Figure 3 Original capsule endoscopy and 3-D represented image depicting a protrusion.
A: Original capsule endoscopy image depicting a protrusion (polyp); B: Its 3-D represented image processed by the proposed Shape from Shading approach.
Figure 4 Two-dimensional capsule endoscopy images (upper panel) and three-dimensional representation of above structures is seen (lower panel).
A1, A2: P2 angioectasia; B1, B2: P1 angiectasia; C1, C2: Lymphoid hyperplasia with superficial ulceration; D1, D2: Aphthous ulcers; E1, E2: Serpiginous ulcers; F1, F2: Nodular lymphangiectasia; G1, G2: Another capsule endoscope still inside the small-bowel.
Conversely, in cases of sudden large intensity change, Tsai’s method fails because it takes into consideration the preservation of intensity gradient. However, in non-artificial images such as CE frames, the brightness (image pixel values) transitions smoothly with no abrupt changes. Technically however, one can notice in Figure 5 the presence of highlights, hence false information about the shape. Highlights are essentially linear combinations of specular and diffuse reflection (light reflected at various angles) components of the surface.

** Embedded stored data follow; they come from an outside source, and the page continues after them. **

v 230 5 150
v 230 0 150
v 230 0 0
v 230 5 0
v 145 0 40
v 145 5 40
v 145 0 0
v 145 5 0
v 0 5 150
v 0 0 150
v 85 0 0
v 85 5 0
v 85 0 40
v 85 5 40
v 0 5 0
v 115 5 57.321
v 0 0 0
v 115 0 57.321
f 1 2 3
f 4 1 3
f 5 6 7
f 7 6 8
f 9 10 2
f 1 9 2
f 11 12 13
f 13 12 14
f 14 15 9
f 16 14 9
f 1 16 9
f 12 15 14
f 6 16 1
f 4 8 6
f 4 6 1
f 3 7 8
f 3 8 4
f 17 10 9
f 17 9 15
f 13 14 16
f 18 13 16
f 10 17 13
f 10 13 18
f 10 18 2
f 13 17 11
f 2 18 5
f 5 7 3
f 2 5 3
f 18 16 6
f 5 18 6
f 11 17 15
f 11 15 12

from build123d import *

# Parameters (mm, degrees)
SKETCH1_W           = 230
SKETCH1_H           = 150
BOSS_EXTRUDE1_DEPTH = 5
CUT_EXTRUDE1_DEPTH  = 275.636122897


with BuildPart() as part:
    # Sketch1 → Boss-Extrude1 (new body)
    with BuildSketch(Plane(origin=(0, 0, 0), x_dir=(1, 0, 0), z_dir=(0, 1, 0))):
        with Locations((115, -75)):
            Rectangle(SKETCH1_W, SKETCH1_H)
    extrude(amount=BOSS_EXTRUDE1_DEPTH)

    # Sketch2 → Cut-Extrude1 (cut, through all)
    with BuildSketch(Plane(origin=(0, 5, 0), x_dir=(1, 0, 0), z_dir=(0, 1, 0))):
        Polygon((145, 0), (85, 0), (85, -40), (115, -57.320508076), (145, -40), align=None)
    extrude(amount=-CUT_EXTRUDE1_DEPTH, mode=Mode.SUBTRACT)


solid = part.part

Figure 5 3-D representation of a single video capsule image with highlights removal (arrows).
Many objects in the real world are dielectric and homogeneous, hence displaying both types of reflections. Most digestive structures fall into this category[18]. When the light beams fall on to such an object, some of them reflect back immediately creating the specular reflection, while the rest of the beams first penetrate the object and then reflect creating the diffuse reflection. Along with 3-D representation algorithm a highlight suppression scheme is applied to the original CE images to produce desired better results, whilst maintaining the shapes and structures of the digestive tract. Figure 5 shows the successful highlight removal without affecting the shapes of other objects. It has to be mentioned that highlights from light reflections on the surface of the digestive tract are still an open problem not only for a 3-D representation but also for traditional CE review.

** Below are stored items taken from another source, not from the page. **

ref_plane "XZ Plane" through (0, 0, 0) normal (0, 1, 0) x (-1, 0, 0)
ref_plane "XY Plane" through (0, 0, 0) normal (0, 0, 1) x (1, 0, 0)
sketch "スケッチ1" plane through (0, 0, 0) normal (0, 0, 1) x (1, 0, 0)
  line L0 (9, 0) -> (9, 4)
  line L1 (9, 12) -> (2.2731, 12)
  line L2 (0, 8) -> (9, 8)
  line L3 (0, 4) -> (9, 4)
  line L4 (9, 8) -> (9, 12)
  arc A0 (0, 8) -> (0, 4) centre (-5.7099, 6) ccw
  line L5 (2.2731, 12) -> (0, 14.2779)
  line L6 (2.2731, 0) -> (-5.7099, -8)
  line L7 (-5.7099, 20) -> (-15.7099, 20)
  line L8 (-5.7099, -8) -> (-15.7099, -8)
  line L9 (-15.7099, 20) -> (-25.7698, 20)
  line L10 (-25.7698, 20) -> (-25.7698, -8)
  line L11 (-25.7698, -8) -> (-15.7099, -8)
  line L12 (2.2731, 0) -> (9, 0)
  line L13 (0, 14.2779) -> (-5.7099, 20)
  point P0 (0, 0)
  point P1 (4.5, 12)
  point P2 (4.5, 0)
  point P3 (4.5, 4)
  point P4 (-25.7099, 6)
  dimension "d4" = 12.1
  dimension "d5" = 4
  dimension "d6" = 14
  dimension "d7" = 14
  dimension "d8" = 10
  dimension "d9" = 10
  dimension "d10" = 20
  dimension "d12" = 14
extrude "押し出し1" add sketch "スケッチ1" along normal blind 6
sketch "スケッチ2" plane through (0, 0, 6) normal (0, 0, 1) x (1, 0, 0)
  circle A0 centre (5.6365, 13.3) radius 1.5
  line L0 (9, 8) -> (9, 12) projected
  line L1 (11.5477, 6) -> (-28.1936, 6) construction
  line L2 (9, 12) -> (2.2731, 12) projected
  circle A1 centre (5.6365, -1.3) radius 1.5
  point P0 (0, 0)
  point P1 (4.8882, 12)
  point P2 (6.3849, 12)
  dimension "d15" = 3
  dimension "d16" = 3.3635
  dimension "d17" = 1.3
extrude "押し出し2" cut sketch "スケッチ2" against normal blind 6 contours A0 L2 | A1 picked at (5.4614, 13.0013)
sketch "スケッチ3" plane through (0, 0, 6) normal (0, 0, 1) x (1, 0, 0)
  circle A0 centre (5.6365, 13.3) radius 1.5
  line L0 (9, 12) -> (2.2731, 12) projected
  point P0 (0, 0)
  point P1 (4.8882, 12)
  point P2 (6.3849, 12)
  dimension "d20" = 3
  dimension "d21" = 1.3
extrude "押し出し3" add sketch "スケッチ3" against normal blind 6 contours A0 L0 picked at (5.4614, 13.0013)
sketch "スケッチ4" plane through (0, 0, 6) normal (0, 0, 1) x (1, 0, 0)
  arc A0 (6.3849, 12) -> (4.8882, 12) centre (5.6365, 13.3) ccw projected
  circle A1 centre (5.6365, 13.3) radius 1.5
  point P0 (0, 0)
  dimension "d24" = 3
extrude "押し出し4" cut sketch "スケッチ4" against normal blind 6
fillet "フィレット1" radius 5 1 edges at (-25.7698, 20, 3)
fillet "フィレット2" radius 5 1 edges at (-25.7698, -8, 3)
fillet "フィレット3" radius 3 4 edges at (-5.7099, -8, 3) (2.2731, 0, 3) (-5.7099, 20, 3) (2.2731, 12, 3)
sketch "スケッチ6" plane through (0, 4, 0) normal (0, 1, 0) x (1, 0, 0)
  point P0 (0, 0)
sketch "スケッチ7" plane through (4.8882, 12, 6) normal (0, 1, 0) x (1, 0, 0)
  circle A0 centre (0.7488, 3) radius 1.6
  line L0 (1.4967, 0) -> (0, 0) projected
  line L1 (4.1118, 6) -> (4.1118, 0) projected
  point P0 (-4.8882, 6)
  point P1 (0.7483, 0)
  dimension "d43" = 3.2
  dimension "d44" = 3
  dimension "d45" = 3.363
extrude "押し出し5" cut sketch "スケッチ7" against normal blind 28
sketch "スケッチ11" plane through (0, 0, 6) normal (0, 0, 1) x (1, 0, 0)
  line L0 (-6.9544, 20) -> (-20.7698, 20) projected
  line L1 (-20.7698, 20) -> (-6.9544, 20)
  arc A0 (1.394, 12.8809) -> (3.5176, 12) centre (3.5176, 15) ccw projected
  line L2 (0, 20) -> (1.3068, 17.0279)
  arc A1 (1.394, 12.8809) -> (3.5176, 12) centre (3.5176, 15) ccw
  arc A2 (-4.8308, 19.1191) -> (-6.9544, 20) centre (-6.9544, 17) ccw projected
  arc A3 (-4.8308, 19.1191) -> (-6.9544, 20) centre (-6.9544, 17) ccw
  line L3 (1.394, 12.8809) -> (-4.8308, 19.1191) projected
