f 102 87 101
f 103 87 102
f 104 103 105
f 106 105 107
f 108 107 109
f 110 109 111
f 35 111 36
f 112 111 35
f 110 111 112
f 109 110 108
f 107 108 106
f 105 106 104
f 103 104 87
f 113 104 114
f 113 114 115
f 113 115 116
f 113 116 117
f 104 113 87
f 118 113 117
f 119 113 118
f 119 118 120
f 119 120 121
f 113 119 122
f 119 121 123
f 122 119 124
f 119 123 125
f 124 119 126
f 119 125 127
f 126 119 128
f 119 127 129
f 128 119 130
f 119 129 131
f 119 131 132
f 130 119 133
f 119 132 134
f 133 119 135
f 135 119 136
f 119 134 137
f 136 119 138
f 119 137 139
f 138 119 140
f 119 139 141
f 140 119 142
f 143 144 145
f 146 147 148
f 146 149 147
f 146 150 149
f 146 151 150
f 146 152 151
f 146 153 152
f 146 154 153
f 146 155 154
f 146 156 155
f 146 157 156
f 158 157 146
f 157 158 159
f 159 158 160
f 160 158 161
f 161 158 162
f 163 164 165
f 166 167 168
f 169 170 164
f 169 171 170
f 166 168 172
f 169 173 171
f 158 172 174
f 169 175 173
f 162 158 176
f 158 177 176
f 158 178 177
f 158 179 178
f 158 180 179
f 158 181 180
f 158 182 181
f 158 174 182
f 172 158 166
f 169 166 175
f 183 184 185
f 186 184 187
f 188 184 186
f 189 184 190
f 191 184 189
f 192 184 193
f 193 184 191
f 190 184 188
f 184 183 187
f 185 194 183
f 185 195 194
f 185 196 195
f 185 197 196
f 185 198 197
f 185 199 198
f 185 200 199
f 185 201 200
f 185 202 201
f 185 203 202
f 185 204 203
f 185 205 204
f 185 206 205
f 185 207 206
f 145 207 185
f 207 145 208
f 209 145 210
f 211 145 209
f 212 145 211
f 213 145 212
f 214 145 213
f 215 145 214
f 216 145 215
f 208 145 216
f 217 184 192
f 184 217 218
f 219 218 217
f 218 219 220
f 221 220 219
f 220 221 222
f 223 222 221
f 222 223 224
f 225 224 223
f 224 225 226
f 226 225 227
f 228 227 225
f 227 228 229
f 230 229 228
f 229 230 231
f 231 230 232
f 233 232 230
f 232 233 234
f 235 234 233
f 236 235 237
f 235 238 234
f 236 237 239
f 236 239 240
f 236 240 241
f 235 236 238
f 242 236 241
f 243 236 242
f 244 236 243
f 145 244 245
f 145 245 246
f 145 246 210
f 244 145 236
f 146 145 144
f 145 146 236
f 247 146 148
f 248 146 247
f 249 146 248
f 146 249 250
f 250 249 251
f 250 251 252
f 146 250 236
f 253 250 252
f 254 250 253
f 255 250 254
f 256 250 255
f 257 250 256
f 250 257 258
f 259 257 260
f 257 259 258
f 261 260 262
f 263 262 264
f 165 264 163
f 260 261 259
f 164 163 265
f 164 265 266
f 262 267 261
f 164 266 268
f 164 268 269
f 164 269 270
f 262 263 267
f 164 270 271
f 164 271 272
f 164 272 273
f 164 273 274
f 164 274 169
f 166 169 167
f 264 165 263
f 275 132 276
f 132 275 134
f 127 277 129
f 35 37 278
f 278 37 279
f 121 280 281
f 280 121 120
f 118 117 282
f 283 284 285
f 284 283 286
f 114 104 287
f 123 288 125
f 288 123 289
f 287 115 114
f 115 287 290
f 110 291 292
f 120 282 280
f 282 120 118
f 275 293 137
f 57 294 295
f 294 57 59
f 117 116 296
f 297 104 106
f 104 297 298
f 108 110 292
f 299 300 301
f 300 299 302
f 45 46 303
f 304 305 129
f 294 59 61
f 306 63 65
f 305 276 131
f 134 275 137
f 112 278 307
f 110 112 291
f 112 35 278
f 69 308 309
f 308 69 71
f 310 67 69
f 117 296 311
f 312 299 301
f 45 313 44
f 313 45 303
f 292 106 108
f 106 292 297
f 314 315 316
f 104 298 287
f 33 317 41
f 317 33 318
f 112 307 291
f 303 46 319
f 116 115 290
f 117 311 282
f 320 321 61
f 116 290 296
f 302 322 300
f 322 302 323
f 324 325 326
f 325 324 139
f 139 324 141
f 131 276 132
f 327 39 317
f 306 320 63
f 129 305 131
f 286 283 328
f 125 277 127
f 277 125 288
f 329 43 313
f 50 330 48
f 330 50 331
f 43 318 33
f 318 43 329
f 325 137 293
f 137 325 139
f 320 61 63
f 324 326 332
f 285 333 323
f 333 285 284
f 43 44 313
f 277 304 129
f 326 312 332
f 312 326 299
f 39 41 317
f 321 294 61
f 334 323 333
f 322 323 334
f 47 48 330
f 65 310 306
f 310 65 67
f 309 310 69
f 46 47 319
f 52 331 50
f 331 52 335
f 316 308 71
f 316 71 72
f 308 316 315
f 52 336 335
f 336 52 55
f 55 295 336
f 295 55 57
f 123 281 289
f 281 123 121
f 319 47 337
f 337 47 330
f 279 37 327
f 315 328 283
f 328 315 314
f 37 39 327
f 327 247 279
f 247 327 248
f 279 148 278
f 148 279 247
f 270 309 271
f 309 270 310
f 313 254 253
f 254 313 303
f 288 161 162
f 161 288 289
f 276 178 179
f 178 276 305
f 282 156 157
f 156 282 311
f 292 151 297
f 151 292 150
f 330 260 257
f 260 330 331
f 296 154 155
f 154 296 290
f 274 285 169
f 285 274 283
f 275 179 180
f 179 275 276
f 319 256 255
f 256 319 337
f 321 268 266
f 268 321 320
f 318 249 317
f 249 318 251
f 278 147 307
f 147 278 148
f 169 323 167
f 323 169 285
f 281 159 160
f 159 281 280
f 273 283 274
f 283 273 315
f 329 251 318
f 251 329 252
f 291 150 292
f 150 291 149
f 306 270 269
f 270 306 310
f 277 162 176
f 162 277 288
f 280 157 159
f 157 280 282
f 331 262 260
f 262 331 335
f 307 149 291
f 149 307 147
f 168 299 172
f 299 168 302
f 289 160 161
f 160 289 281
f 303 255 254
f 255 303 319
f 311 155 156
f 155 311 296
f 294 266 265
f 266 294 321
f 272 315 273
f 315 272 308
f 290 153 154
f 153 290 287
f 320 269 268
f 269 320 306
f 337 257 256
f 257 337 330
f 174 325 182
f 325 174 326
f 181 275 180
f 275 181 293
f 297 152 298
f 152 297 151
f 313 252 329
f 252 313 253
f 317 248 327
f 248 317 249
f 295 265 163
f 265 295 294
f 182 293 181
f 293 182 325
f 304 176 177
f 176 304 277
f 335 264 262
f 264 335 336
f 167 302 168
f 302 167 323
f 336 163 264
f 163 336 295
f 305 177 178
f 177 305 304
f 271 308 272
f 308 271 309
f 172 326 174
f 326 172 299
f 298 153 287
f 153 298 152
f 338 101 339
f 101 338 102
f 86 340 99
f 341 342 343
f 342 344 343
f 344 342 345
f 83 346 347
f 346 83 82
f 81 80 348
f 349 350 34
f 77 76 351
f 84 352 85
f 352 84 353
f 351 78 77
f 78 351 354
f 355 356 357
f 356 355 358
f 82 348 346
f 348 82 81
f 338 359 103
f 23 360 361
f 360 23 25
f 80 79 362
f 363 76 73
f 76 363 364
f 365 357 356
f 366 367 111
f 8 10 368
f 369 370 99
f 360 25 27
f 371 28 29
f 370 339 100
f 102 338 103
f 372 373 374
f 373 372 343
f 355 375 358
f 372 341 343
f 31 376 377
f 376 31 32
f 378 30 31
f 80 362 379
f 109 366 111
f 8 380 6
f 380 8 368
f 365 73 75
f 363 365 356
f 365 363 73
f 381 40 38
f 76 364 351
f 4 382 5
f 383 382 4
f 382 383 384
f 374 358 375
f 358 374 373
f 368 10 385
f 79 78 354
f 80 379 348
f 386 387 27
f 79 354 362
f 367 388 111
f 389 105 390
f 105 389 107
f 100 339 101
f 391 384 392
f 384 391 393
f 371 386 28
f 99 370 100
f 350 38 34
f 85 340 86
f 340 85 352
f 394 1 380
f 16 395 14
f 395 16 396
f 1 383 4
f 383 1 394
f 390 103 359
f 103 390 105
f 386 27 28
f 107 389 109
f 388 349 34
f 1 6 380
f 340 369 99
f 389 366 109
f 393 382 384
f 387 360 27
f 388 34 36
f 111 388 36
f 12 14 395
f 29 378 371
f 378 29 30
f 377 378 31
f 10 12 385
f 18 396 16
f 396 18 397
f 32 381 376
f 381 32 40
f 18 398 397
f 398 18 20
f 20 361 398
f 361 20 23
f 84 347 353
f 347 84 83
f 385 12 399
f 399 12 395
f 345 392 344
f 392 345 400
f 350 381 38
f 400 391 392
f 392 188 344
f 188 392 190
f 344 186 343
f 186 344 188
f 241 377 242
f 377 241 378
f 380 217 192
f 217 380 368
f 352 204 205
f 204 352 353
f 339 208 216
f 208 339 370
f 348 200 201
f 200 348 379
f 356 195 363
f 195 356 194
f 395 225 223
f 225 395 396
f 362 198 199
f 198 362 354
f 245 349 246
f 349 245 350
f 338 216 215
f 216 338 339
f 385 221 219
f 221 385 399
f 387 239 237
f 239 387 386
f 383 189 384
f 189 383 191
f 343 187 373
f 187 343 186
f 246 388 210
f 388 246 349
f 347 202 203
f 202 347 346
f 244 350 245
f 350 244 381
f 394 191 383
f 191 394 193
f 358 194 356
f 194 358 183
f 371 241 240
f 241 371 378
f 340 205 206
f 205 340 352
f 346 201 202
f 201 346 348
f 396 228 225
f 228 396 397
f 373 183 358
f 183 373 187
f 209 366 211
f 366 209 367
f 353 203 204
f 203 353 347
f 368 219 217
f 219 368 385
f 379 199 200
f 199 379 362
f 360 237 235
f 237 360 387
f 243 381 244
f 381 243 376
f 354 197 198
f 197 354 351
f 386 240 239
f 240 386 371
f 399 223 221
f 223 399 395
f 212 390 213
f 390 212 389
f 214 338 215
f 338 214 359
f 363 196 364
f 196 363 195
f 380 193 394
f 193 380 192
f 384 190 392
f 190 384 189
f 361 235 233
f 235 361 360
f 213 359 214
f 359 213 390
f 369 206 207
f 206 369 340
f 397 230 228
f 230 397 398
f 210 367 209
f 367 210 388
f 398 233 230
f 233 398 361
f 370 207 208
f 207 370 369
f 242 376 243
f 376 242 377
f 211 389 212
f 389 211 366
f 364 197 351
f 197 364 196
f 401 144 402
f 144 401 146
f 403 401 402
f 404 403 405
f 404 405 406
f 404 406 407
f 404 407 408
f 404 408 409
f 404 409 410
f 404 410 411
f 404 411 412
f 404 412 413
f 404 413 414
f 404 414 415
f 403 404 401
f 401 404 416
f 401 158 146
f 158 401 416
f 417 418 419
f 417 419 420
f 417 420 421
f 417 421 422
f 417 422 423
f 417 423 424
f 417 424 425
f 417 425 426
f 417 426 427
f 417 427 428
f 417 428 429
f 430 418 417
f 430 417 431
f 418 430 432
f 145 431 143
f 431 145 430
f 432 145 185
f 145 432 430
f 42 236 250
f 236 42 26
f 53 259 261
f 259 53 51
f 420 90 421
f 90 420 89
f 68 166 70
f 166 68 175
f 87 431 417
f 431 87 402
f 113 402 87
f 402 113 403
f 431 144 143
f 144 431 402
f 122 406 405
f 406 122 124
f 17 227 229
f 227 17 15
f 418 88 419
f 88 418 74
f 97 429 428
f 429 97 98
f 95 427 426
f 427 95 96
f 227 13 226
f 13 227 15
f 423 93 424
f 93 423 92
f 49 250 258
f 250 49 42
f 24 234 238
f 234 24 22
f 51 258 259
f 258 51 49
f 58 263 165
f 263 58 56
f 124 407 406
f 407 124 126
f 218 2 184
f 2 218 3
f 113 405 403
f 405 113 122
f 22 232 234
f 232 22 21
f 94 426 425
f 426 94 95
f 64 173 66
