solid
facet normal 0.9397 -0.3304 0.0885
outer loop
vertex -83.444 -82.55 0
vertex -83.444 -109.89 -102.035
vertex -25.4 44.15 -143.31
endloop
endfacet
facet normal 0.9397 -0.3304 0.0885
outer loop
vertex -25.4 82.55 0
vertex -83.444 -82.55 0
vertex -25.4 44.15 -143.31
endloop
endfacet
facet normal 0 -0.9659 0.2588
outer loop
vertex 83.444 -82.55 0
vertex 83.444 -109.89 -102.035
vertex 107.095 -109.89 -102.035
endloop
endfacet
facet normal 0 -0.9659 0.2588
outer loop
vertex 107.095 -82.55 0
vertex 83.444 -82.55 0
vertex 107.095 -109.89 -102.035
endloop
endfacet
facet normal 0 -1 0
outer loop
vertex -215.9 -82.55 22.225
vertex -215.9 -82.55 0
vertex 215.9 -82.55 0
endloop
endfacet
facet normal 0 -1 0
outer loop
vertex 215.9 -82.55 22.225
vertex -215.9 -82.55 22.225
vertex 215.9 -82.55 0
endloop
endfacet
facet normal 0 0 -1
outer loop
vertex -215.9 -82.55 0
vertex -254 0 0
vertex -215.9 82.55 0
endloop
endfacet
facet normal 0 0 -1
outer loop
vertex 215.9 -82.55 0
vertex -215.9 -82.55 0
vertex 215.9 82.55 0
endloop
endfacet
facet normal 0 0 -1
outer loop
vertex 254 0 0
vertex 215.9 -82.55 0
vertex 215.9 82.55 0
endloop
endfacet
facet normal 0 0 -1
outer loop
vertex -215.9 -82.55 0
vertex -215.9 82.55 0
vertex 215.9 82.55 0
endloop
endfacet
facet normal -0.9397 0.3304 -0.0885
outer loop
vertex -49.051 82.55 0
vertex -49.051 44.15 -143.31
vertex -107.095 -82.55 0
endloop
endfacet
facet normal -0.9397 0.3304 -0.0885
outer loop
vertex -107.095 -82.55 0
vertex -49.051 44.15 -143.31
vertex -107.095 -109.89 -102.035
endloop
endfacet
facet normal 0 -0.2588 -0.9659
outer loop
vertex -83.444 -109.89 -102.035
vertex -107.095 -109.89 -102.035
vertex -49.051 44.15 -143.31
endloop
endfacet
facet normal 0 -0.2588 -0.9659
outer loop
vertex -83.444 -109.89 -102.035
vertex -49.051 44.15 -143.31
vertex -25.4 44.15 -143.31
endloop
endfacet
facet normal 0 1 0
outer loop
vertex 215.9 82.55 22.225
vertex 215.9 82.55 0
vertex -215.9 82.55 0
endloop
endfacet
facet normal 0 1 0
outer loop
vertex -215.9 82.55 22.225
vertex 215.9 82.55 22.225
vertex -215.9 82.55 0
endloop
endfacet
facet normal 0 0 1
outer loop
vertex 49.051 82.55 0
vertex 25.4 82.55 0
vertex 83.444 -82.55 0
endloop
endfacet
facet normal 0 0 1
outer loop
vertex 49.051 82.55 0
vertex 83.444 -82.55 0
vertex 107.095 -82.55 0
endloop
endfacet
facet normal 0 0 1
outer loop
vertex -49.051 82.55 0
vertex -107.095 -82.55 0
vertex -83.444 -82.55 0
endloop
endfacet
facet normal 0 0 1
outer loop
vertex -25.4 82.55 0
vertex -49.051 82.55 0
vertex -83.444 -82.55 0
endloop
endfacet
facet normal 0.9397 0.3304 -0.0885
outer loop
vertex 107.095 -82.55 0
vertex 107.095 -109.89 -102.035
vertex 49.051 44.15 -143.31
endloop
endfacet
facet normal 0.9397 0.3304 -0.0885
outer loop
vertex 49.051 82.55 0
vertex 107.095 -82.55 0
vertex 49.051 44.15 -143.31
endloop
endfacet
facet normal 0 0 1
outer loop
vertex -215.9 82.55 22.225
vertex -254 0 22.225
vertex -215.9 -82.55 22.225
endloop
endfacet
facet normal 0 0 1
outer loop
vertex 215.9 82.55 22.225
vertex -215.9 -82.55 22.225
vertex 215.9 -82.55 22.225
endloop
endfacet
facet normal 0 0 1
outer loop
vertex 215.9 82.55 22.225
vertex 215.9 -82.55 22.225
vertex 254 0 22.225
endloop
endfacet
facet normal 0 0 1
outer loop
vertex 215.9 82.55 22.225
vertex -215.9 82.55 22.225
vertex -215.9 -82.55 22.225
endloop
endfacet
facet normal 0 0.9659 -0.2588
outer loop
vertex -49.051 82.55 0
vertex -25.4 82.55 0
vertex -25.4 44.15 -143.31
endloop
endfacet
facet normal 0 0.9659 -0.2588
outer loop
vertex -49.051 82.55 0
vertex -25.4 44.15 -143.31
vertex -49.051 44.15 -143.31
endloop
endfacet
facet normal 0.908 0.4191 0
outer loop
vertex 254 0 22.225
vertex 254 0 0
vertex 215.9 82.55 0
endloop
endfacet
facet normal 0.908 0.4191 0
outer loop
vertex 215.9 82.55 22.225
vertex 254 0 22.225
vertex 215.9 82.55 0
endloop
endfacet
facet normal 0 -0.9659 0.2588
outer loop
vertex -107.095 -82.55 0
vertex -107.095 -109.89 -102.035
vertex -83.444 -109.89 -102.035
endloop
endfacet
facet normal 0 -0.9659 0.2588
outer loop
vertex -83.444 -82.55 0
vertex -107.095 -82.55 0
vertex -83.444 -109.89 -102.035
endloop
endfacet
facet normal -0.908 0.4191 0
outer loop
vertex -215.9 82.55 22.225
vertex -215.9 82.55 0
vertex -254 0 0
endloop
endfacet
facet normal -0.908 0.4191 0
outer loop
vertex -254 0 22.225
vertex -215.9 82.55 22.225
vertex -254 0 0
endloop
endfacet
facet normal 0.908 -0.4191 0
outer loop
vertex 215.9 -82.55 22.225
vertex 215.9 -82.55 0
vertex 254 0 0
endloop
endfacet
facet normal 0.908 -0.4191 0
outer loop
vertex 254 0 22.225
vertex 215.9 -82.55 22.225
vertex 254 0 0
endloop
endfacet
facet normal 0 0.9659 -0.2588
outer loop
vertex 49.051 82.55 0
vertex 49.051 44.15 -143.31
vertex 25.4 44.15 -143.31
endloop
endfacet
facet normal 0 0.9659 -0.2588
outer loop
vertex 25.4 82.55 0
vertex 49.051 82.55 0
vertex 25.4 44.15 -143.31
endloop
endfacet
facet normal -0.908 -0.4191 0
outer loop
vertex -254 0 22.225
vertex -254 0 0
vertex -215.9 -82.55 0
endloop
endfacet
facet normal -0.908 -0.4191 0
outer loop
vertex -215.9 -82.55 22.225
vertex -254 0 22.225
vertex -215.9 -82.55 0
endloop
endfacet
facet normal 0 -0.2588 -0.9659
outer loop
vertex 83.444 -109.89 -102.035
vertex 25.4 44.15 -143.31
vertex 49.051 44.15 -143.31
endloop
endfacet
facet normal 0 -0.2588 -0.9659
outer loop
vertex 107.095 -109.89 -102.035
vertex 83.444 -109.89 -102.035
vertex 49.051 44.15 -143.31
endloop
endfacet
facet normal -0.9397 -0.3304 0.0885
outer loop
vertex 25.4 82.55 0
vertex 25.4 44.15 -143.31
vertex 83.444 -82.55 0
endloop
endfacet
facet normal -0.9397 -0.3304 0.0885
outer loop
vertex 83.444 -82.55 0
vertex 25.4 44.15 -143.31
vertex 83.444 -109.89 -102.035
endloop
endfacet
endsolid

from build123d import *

# Parameters (mm, degrees)
F1_DEPTH = 22.225


with BuildPart() as f1:
    # F0 (on Top) → F1 (new body)
    with BuildSketch(Plane.XY):
        Polygon((215.9, 82.55), (-215.9, 82.55), (-254, 0), (-215.9, -82.55), (215.9, -82.55), (254, 0), align=None)
    extrude(amount=F1_DEPTH)


with BuildPart() as f5:
    # F4 (on offset) → F5 (new body, up to the next surface of F1)
    with BuildSketch(Plane(origin=(0, -32.870018728, -122.6725799387), x_dir=(1, 0, 0), z_dir=(0, 0.2588190451, 0.9659258263))):
        Polygon((-49.0513509933, 79.7371769602), (-107.0952689491, -79.7371769602), (-83.4439179558, -79.7371769602), (-25.4, 79.7371769602), align=None)
    extrude(until=Until.NEXT, target=f1.part)


with BuildPart() as f5b:
    # F4 (on offset) → F5, piece 2 (new body, up to the next surface of F1)
    with BuildSketch(Plane(origin=(0, -32.870018728, -122.6725799387), x_dir=(1, 0, 0), z_dir=(0, 0.2588190451, 0.9659258263))):
        Polygon((25.4, 79.7371769602), (83.4439179558, -79.7371769602), (107.0952689491, -79.7371769602), (49.0513509933, 79.7371769602), align=None)
    extrude(until=Until.NEXT, target=f1.part)


solid = Compound([f1.part, f5.part, f5b.part])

In conclusion, the software by Karargyris et al[1] offers a new potential to reform and enhance the currently existing reading software in capsule endoscopy by improving lesion demarcation and highlighting the textural features of ulcers, angioectasias and polyps[5,19]. Further work is needed to prove its clinical validity but the idea of a 3-D aid (with the present level of CE technology) seems, at least for this author, not only captivating but promising as well. However, it should not be forgotten that true 3-D capability requires dual video images, although the inclusion of two cameras within the shell of a capsule endoscopy might be unwieldy at present[5].